Je suis toujours dans le pétrin car je suis une bonne pâte.
Je lui ai mis la puce à l’oreille en cherchant la petite bête.

Proverbes

« Un tiens vaut mieux qu’un des miens, je suis pas prêteuse. »

« En avril, tu te découvriras d’un tas de fils, car c’est le temps de l’impôt. »

« Au pays des aveugles, on marche beaucoup dans les tas. »

« Le silence est d’or depuis que Georges D’Or est mort. »

« Un hirondelle ne fait pas le repas d’après les fêtes de chez Saint-Hubert. »

« Le trois fait le mois, faites-moi à trois. »

De quoi? De vin, de logique, de théorie

(Cut-up d’un article de vulgarisation sur le théorème d’incomplétude de Gödel, un récit urophile trouvé sur internet et Enivrez-vous de Baudelaire.)

Vérité universelle : c’est-à-dire qu’il existe une théorie suffisante pour faire passer un petit paquet ensanglanté pour glisser et s’accroupir dans un râle, le cadre de cette variable entre ses lèvres intimes.

Par curiosité, le théorème affirme qu’il existe un énoncé exprimant sur mes jambes mélange de mouille, urine et autres sécrétions intimes.

J’ai ouvert encore plus grand le compas ne donnant pas de réponse mais permettant d’écarter l’heure qu’il est.

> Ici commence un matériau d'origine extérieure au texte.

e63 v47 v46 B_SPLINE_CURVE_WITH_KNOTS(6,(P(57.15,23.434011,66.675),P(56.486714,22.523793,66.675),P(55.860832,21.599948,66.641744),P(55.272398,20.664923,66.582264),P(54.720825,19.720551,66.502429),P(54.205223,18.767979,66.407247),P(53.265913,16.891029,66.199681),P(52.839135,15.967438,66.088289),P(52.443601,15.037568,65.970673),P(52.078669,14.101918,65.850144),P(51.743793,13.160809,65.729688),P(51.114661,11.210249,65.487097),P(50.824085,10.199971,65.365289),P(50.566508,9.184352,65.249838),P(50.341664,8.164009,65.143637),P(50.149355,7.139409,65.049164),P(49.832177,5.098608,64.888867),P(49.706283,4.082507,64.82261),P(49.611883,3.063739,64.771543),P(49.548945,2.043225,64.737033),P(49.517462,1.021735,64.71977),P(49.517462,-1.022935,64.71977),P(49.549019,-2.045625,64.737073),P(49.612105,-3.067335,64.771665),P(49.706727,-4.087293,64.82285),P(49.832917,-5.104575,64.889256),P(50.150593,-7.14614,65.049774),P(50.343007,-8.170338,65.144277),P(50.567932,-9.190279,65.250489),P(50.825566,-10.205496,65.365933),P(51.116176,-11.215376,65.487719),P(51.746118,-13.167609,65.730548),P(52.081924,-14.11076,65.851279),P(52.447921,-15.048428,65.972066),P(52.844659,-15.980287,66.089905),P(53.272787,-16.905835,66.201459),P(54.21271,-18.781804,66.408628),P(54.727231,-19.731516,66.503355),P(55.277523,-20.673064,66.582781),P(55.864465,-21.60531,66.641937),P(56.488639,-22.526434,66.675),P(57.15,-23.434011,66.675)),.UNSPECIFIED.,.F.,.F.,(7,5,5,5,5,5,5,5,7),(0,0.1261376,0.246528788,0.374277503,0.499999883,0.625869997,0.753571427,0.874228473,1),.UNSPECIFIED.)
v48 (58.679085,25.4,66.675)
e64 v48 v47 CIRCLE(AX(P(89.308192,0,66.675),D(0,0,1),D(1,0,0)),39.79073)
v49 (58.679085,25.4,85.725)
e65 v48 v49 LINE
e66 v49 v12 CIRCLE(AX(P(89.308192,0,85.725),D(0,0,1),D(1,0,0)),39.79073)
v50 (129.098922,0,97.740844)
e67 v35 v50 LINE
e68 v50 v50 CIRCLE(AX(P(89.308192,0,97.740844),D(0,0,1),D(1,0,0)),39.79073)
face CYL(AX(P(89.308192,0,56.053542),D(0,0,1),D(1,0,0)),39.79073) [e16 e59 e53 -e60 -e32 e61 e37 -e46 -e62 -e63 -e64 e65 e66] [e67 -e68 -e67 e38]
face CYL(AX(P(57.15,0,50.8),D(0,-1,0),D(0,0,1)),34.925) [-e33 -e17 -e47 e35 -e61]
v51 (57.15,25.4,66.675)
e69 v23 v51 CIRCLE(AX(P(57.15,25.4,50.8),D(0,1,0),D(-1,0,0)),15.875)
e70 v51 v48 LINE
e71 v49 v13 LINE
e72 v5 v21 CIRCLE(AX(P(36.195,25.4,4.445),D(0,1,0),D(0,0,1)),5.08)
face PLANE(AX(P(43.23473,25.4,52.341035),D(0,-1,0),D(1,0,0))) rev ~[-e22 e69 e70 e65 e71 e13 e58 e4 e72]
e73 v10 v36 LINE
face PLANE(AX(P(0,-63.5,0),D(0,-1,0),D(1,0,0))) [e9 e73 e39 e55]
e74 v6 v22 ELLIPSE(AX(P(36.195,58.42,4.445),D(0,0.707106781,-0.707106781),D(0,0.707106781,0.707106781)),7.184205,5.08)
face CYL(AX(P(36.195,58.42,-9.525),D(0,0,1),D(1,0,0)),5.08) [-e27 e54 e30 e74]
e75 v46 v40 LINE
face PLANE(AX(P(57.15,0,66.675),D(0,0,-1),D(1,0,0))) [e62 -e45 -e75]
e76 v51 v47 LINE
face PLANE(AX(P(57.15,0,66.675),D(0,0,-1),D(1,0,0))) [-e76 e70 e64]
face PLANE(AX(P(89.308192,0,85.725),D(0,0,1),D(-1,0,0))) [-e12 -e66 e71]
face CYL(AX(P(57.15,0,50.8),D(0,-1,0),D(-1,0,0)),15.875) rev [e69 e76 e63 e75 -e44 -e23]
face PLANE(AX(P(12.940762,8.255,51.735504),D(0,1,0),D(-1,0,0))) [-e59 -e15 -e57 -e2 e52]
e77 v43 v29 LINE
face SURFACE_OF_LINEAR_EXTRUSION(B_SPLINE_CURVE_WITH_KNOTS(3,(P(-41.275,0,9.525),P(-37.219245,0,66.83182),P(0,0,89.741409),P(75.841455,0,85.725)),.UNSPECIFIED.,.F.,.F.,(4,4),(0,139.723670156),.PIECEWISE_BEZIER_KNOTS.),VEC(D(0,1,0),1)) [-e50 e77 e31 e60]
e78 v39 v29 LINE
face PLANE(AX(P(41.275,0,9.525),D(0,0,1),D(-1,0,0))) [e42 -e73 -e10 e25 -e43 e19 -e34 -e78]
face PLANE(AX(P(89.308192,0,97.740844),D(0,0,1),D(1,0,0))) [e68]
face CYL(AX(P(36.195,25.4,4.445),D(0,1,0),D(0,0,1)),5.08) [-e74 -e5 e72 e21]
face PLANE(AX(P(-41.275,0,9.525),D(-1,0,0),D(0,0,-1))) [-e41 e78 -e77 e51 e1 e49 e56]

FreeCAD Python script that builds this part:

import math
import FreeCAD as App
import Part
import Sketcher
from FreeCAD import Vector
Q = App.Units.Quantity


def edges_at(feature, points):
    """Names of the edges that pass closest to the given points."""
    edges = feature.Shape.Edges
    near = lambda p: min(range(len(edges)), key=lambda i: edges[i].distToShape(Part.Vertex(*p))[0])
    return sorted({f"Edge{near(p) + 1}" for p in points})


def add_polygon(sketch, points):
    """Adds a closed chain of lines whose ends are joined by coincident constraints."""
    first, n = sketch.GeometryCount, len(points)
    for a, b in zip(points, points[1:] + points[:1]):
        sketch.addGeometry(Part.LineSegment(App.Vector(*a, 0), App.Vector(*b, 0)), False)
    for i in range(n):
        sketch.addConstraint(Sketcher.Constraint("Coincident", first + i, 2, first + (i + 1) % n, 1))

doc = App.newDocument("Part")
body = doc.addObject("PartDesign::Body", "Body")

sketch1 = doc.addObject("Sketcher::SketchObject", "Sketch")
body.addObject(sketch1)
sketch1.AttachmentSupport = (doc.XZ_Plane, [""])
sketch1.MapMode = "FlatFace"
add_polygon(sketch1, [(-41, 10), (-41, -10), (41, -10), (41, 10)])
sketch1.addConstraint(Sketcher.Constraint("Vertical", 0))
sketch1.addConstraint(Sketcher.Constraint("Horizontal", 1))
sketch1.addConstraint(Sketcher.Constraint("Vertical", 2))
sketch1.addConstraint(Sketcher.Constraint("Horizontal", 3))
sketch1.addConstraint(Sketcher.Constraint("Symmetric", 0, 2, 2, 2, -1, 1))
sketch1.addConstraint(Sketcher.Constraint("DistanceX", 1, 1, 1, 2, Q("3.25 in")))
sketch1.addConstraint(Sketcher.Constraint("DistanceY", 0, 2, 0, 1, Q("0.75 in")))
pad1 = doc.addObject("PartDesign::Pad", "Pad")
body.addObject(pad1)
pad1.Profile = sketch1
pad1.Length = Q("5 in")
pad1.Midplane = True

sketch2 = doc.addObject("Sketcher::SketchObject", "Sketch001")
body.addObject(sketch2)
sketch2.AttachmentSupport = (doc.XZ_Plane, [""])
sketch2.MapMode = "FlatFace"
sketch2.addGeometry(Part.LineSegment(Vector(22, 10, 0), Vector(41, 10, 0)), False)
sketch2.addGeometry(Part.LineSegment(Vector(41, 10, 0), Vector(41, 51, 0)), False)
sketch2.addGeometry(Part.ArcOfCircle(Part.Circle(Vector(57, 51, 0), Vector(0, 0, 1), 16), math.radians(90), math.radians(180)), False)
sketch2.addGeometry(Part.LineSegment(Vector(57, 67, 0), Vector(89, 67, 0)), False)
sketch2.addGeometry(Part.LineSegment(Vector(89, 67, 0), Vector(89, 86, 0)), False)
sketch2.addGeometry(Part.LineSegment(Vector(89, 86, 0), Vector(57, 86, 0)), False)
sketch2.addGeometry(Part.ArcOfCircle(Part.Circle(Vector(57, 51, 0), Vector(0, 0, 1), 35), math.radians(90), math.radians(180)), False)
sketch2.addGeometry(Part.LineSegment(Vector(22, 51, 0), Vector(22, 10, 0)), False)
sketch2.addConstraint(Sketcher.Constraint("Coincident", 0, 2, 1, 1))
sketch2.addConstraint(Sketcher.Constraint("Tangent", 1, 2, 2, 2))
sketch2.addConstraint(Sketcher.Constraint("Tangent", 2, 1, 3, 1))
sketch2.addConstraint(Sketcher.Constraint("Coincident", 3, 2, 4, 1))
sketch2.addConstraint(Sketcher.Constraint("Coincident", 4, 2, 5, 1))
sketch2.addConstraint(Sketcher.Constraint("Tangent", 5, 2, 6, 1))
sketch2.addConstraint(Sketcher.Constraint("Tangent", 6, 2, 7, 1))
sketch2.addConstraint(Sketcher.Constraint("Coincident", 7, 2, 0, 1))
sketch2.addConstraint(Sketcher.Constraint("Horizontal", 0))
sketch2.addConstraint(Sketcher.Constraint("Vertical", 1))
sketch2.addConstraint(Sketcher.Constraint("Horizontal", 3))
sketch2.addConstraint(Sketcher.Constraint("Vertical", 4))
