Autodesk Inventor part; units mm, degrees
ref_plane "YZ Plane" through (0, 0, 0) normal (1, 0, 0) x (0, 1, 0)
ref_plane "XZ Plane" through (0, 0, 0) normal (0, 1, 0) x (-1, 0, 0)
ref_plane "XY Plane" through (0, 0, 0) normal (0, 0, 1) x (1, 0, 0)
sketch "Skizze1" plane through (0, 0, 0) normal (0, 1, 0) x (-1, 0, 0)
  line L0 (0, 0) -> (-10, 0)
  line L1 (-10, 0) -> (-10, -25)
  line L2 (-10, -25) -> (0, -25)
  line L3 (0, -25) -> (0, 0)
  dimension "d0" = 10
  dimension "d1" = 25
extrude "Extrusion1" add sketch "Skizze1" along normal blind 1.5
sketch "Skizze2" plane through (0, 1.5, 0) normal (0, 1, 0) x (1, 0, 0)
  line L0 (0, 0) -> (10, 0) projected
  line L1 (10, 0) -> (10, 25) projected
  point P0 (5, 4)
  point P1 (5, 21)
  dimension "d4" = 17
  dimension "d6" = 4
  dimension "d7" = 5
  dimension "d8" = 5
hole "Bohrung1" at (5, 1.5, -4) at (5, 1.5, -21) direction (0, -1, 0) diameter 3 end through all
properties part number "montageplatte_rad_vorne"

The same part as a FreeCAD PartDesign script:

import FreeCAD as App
import Part
import Sketcher
from FreeCAD import Vector

doc = App.newDocument("Part")
body = doc.addObject("PartDesign::Body", "Body")

sketch1 = body.newObject("Sketcher::SketchObject", "Sketch")
sketch1.AttachmentSupport = (doc.getObject("XZ_Plane"), [""])
sketch1.MapMode = "FlatFace"
sketch1.addGeometry(Part.LineSegment(Vector(0, -25, 0), Vector(0, 0, 0)), False)
sketch1.addGeometry(Part.LineSegment(Vector(0, 0, 0), Vector(10, 0, 0)), False)
sketch1.addGeometry(Part.LineSegment(Vector(10, 0, 0), Vector(10, -25, 0)), False)
sketch1.addGeometry(Part.LineSegment(Vector(10, -25, 0), Vector(0, -25, 0)), False)
sketch1.addConstraint(Sketcher.Constraint("Coincident", 0, 2, 1, 1))
sketch1.addConstraint(Sketcher.Constraint("Coincident", 1, 2, 2, 1))
sketch1.addConstraint(Sketcher.Constraint("Coincident", 2, 2, 3, 1))
sketch1.addConstraint(Sketcher.Constraint("Coincident", 3, 2, 0, 1))
sketch1.addConstraint(Sketcher.Constraint("Vertical", 0))
sketch1.addConstraint(Sketcher.Constraint("Horizontal", 1))
sketch1.addConstraint(Sketcher.Constraint("Vertical", 2))
sketch1.addConstraint(Sketcher.Constraint("Horizontal", 3))
sketch1.addConstraint(Sketcher.Constraint("Coincident", 0, 2, -1, 1))
sketch1.addConstraint(Sketcher.Constraint("DistanceX", 1, 1, 1, 2, 10.0))
sketch1.addConstraint(Sketcher.Constraint("DistanceY", 0, 1, 0, 2, 25.0))
pad1 = body.newObject("PartDesign::Pad", "Pad")
pad1.Profile = sketch1
pad1.Length = 1.5
pad1.Reversed = True

sketch2 = body.newObject("Sketcher::SketchObject", "Sketch001")
sketch2.AttachmentSupport = (doc.getObject("XZ_Plane"), [""])
sketch2.MapMode = "FlatFace"
sketch2.AttachmentOffset = App.Placement(Vector(0, 0, -1.5), App.Rotation())
sketch2.addGeometry(Part.Circle(Vector(5, -4, 0), Vector(0, 0, 1), 1.5), False)
sketch2.addGeometry(Part.Circle(Vector(5, -21, 0), Vector(0, 0, 1), 1.5), False)
sketch2.addConstraint(Sketcher.Constraint("Equal", 0, 1))
sketch2.addConstraint(Sketcher.Constraint("Vertical", 0, 3, 1, 3))
sketch2.addConstraint(Sketcher.Constraint("Diameter", 0, 3.0))
sketch2.addConstraint(Sketcher.Constraint("DistanceX", -1, 1, 0, 3, 5.0))
sketch2.addConstraint(Sketcher.Constraint("DistanceY", 0, 3, -1, 1, 4.0))
sketch2.addConstraint(Sketcher.Constraint("DistanceY", 1, 3, -1, 1, 21.0))
doc.recompute()
hole = body.newObject("PartDesign::Hole", "Hole")
hole.Profile = sketch2
hole.ThreadType = "None"
hole.Diameter = 3
hole.DepthType = "ThroughAll"
hole.Reversed = True

doc.recompute()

Et le vent, quoi ? De vin, de poésie, de vertu, des hypothèses, il faut vous enivrer sans trêve.

Mais quelquefois la vague, l’étoile, l’oiseau, l’horloge, vous répondront :

« Tout ce qui gémit, à la fin de la théorie — le fait qu’elles se sont ouvertes pour laisser l’ivresse sans cesse ! De vin, de poésie ou seulement de relatives suites comme le plaisir.

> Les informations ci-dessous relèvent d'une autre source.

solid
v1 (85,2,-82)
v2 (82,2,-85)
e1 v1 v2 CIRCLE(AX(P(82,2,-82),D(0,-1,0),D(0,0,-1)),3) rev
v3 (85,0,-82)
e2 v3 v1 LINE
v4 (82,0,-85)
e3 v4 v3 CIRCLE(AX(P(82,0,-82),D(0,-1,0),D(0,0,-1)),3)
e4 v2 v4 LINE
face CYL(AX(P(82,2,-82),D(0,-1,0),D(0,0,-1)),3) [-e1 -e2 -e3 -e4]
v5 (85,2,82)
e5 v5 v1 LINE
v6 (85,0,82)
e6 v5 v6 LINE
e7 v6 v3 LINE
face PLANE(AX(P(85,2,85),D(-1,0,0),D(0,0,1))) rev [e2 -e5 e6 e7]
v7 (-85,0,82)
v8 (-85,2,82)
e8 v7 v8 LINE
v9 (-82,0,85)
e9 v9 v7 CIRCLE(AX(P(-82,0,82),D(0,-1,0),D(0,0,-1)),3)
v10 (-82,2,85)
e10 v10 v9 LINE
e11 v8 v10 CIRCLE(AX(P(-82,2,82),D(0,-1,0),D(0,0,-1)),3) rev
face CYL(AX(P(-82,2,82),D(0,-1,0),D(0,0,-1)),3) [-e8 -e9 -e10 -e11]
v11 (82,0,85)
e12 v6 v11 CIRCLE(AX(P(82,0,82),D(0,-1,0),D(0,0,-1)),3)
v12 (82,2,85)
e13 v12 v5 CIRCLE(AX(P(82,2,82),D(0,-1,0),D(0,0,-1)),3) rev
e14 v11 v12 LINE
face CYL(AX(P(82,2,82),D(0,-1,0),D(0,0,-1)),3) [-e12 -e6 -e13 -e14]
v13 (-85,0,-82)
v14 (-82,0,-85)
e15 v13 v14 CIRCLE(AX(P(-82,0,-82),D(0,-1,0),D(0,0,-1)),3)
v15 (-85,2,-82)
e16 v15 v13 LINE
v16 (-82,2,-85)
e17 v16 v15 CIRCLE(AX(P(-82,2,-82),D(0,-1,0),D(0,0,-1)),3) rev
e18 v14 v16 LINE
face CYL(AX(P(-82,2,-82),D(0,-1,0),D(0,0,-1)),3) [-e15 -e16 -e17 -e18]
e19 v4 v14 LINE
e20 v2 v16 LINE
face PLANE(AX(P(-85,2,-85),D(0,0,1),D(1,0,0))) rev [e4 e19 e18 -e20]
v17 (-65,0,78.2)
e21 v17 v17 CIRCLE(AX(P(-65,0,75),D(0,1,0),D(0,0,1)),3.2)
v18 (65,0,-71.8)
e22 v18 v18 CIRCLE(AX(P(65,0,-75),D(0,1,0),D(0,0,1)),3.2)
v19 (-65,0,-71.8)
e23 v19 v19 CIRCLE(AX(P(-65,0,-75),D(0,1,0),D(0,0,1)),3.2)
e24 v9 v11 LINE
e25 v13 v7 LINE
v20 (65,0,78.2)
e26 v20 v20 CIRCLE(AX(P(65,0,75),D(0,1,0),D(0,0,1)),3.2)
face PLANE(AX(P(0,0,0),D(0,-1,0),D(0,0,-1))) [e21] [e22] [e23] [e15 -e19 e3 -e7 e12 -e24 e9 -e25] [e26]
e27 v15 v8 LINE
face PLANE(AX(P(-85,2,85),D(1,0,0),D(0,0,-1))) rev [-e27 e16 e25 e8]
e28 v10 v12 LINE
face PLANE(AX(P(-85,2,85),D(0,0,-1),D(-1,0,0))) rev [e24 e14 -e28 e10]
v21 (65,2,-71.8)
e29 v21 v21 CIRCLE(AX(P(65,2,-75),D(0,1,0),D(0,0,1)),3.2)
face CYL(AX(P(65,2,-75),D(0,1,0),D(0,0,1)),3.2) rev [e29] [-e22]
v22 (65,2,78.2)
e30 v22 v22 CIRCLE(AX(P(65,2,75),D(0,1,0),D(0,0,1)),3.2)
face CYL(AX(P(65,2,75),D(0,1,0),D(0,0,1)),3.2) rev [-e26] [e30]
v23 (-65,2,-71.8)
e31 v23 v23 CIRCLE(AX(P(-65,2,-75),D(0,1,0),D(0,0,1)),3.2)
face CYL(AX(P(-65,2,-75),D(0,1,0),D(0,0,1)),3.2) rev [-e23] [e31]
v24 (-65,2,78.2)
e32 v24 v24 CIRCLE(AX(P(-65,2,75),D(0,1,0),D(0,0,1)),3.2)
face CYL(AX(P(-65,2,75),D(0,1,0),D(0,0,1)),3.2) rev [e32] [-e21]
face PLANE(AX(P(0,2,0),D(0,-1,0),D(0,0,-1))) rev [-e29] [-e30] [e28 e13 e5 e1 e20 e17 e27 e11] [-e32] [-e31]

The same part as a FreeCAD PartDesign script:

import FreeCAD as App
import Part
import Sketcher

V = App.Vector


def edges_at(feature, points):
    """Names of the edges that pass closest to the given points."""
    edges = feature.Shape.Edges
    near = lambda p: min(range(len(edges)), key=lambda i: edges[i].distToShape(Part.Vertex(*p))[0])
    return sorted({f"Edge{near(p) + 1}" for p in points})

doc = App.newDocument("Part")
body = doc.addObject("PartDesign::Body", "Body")

# Sketch on XZ plane
sketch1 = body.newObject("Sketcher::SketchObject", "Sketch")
sketch1.AttachmentSupport = (doc.getObject("XZ_Plane"), [""])
sketch1.MapMode = "FlatFace"
sketch1.addGeometry([
    Part.LineSegment(V(-85, -85, 0), V(-85, 85, 0)),
    Part.LineSegment(V(-85, 85, 0), V(85, 85, 0)),
    Part.LineSegment(V(85, 85, 0), V(85, -85, 0)),
    Part.LineSegment(V(85, -85, 0), V(-85, -85, 0)),
], False)
sketch1.addConstraint([
    Sketcher.Constraint("Coincident", 0, 2, 1, 1),
    Sketcher.Constraint("Coincident", 1, 2, 2, 1),
    Sketcher.Constraint("Coincident", 2, 2, 3, 1),
    Sketcher.Constraint("Coincident", 3, 2, 0, 1),
    Sketcher.Constraint("Vertical", 0),
    Sketcher.Constraint("Horizontal", 1),
    Sketcher.Constraint("Vertical", 2),
    Sketcher.Constraint("Horizontal", 3),
    Sketcher.Constraint("Symmetric", 0, 2, 2, 2, -1, 1),
    Sketcher.Constraint("Equal", 3, 0),
    Sketcher.Constraint("DistanceX", 1, 1, 1, 2, 170.0),
])
pad1 = body.newObject("PartDesign::Pad", "Pad")
pad1.Profile = sketch1
pad1.Length = 2
pad1.Reversed = True
doc.recompute()

fillet = body.newObject("PartDesign::Fillet", "Fillet")
fillet.Base = (pad1, edges_at(pad1, [
    (85, 1, 85),
    (-85, 1, 85),
    (-85, 1, -85),
    (85, 1, -85),
]))
fillet.Radius = 3

# Sketch on XZ plane
sketch2 = body.newObject("Sketcher::SketchObject", "Sketch001")
sketch2.AttachmentSupport = (doc.getObject("XZ_Plane"), [""])
sketch2.MapMode = "FlatFace"
sketch2.AttachmentOffset = App.Placement(V(0, 0, -2), App.Rotation())
sketch2.addGeometry([
    Part.Circle(V(-65, -75, 0), V(0, 0, 1), 3.2),
    Part.Circle(V(65, 75, 0), V(0, 0, 1), 3.2),
    Part.Circle(V(-65, 75, 0), V(0, 0, 1), 3.2),
    Part.Circle(V(65, -75, 0), V(0, 0, 1), 3.2),
], False)
sketch2.addConstraint([
    Sketcher.Constraint("Equal", 0, 1),
    Sketcher.Constraint("Equal", 1, 2),
    Sketcher.Constraint("Equal", 2, 3),
    Sketcher.Constraint("Symmetric", 0, 3, 1, 3, -1, 1),
    Sketcher.Constraint("Symmetric", 2, 3, 3, 3, -1, 1),
    Sketcher.Constraint("Symmetric", 1, 3, 2, 3, -2),
    Sketcher.Constraint("Diameter", 0, 6.4),
    Sketcher.Constraint("DistanceX", 0, 3, -1, 1, 65.0),
    Sketcher.Constraint("DistanceY", 0, 3, -1, 1, 75.0),
])
doc.recompute()
hole = body.newObject("PartDesign::Hole", "Hole")
hole.Profile = sketch2
hole.ThreadType = "None"
hole.Diameter = 6.4
hole.DepthType = "ThroughAll"
hole.Reversed = True

doc.recompute()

Écartant des énoncés sur lesquels on sait du côté de la porte. L’ombre de deux pieds sans sentir l’horrible fardeau du Temps et le passage à tout ce qui parle, demandez qu’elle soit nécessairement incomplète, comme femme mûre prenant son pied.

Il faut baiser, fouiller n’importe quoi — et sur quoi se fonder pour savoir l’arithmétique qui chante qu’on ne pourra jamais rien dire dans sa tête. Improvisé sur une couverture à même la démonstration dont la vérité de son sexe nous fit perdre toute retenue : les esclaves martyrisés du Temps, enivrez-vous. Tout ce que la lumière dit aux mathématiques ? Les théorèmes de Gödel ne sont pas de vertu, à votre guise. »

Soudain, j’ai l’excitation théorème, mais enivrez-vous.